> Instructions to follow:
Report how many lines in the entries below hold the word "params". Your answer is that number alone.

══ Exercise materials ══

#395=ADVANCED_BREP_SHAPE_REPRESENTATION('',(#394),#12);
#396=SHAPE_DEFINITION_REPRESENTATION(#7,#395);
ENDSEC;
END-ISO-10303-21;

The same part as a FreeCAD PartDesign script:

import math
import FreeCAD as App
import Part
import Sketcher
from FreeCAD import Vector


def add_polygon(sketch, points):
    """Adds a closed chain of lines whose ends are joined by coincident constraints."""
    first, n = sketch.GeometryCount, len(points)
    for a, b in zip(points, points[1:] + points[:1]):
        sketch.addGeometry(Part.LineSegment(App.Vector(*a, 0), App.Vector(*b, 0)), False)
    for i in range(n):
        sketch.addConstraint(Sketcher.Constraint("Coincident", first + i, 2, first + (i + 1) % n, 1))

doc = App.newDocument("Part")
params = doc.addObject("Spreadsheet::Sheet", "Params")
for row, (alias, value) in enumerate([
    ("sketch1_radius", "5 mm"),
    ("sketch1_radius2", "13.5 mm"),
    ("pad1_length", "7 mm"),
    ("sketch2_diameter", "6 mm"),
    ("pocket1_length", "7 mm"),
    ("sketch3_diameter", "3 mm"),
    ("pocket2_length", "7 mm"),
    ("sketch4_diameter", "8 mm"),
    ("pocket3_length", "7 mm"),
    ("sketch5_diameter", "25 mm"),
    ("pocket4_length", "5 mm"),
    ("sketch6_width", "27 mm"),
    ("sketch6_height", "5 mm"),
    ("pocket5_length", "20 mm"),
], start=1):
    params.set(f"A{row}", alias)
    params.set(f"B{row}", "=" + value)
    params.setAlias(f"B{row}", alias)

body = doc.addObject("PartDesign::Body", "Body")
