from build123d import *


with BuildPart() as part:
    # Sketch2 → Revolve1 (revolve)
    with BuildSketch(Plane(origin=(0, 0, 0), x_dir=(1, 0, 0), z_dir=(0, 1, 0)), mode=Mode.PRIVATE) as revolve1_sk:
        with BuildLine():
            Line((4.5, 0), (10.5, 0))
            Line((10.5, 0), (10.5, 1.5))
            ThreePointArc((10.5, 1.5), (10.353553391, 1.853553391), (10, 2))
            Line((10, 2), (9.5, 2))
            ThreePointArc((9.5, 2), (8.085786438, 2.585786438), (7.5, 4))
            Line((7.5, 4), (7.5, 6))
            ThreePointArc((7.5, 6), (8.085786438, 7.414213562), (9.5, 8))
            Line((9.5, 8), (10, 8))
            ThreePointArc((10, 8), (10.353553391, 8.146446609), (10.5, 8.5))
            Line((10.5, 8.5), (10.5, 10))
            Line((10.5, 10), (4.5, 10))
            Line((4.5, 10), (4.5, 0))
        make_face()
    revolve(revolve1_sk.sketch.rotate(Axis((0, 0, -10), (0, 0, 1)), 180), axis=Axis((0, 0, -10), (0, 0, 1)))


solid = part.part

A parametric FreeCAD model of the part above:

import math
import FreeCAD as App
import Part
import Sketcher
from FreeCAD import Vector

doc = App.newDocument("Part")
body = doc.addObject("PartDesign::Body", "Body")

# Sketch on XZ plane
sketch1 = doc.addObject("Sketcher::SketchObject", "Sketch")
body.addObject(sketch1)
sketch1.AttachmentSupport = (doc.XZ_Plane, [""])
sketch1.MapMode = "FlatFace"
sketch1.addGeometry(Part.LineSegment(Vector(4.5, 0, 0), Vector(10.5, 0, 0)), False)
sketch1.addGeometry(Part.LineSegment(Vector(10.5, 0, 0), Vector(10.5, -1.5, 0)), False)
sketch1.addGeometry(Part.ArcOfCircle(Part.Circle(Vector(10, -1.5, 0), Vector(0, 0, 1), 0.5), math.radians(-90), math.radians(0)), False)
sketch1.addGeometry(Part.LineSegment(Vector(10, -2, 0), Vector(9.5, -2, 0)), False)
sketch1.addGeometry(Part.ArcOfCircle(Part.Circle(Vector(9.5, -4, 0), Vector(0, 0, 1), 2), math.radians(90), math.radians(180)), False)
sketch1.addGeometry(Part.LineSegment(Vector(7.5, -4, 0), Vector(7.5, -6, 0)), False)
sketch1.addGeometry(Part.ArcOfCircle(Part.Circle(Vector(9.5, -6, 0), Vector(0, 0, 1), 2), math.radians(-180), math.radians(-90)), False)
sketch1.addGeometry(Part.LineSegment(Vector(9.5, -8, 0), Vector(10, -8, 0)), False)
sketch1.addGeometry(Part.ArcOfCircle(Part.Circle(Vector(10, -8.5, 0), Vector(0, 0, 1), 0.5), math.radians(0), math.radians(90)), False)
sketch1.addGeometry(Part.LineSegment(Vector(10.5, -8.5, 0), Vector(10.5, -10, 0)), False)
sketch1.addGeometry(Part.LineSegment(Vector(10.5, -10, 0), Vector(4.5, -10, 0)), False)
sketch1.addGeometry(Part.LineSegment(Vector(4.5, -10, 0), Vector(4.5, 0, 0)), False)
sketch1.addConstraint(Sketcher.Constraint("Coincident", 0, 2, 1, 1))
sketch1.addConstraint(Sketcher.Constraint("Tangent", 1, 2, 2, 2))
sketch1.addConstraint(Sketcher.Constraint("Tangent", 2, 1, 3, 1))
sketch1.addConstraint(Sketcher.Constraint("Tangent", 3, 2, 4, 1))
sketch1.addConstraint(Sketcher.Constraint("Tangent", 4, 2, 5, 1))
sketch1.addConstraint(Sketcher.Constraint("Tangent", 5, 2, 6, 1))
sketch1.addConstraint(Sketcher.Constraint("Tangent", 6, 2, 7, 1))
sketch1.addConstraint(Sketcher.Constraint("Tangent", 7, 2, 8, 2))
sketch1.addConstraint(Sketcher.Constraint("Tangent", 8, 1, 9, 1))
sketch1.addConstraint(Sketcher.Constraint("Coincident", 9, 2, 10, 1))
sketch1.addConstraint(Sketcher.Constraint("Coincident", 10, 2, 11, 1))
sketch1.addConstraint(Sketcher.Constraint("Coincident", 11, 2, 0, 1))
sketch1.addConstraint(Sketcher.Constraint("Horizontal", 0))
sketch1.addConstraint(Sketcher.Constraint("Vertical", 1))
sketch1.addConstraint(Sketcher.Constraint("Horizontal", 3))
sketch1.addConstraint(Sketcher.Constraint("Vertical", 5))
sketch1.addConstraint(Sketcher.Constraint("Horizontal", 7))
sketch1.addConstraint(Sketcher.Constraint("Vertical", 9))
sketch1.addConstraint(Sketcher.Constraint("Horizontal", 10))
sketch1.addConstraint(Sketcher.Constraint("Vertical", 11))
sketch1.addConstraint(Sketcher.Constraint("Equal", 4, 6))
sketch1.addConstraint(Sketcher.Constraint("Equal", 2, 8))
sketch1.addConstraint(Sketcher.Constraint("PointOnObject", 0, 2, -1))
sketch1.addConstraint(Sketcher.Constraint("Vertical", 2, 3, 8, 3))
sketch1.addConstraint(Sketcher.Constraint("Equal", 1, 9))
sketch1.addConstraint(Sketcher.Constraint("Radius", 4, 2.0))
sketch1.addConstraint(Sketcher.Constraint("Radius", 2, 0.5))
sketch1.addConstraint(Sketcher.Constraint("DistanceX", 0, 1, 0, 2, 6.0))
sketch1.addConstraint(Sketcher.Constraint("DistanceY", 5, 2, 5, 1, 2.0))
sketch1.addConstraint(Sketcher.Constraint("DistanceY", 11, 1, 11, 2, 10.0))
sketch1.addConstraint(Sketcher.Constraint("DistanceX", 3, 2, 3, 1, 0.5))
sketch1.addConstraint(Sketcher.Constraint("DistanceX", -1, 1, 2, 3, 10.0))
revolution = doc.addObject("PartDesign::Revolution", "Revolution")
body.addObject(revolution)
revolution.Profile = sketch1
revolution.ReferenceAxis = (sketch1, ["V_Axis"])
revolution.Angle = 360

doc.recompute()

═══

> Result of the exercise:
4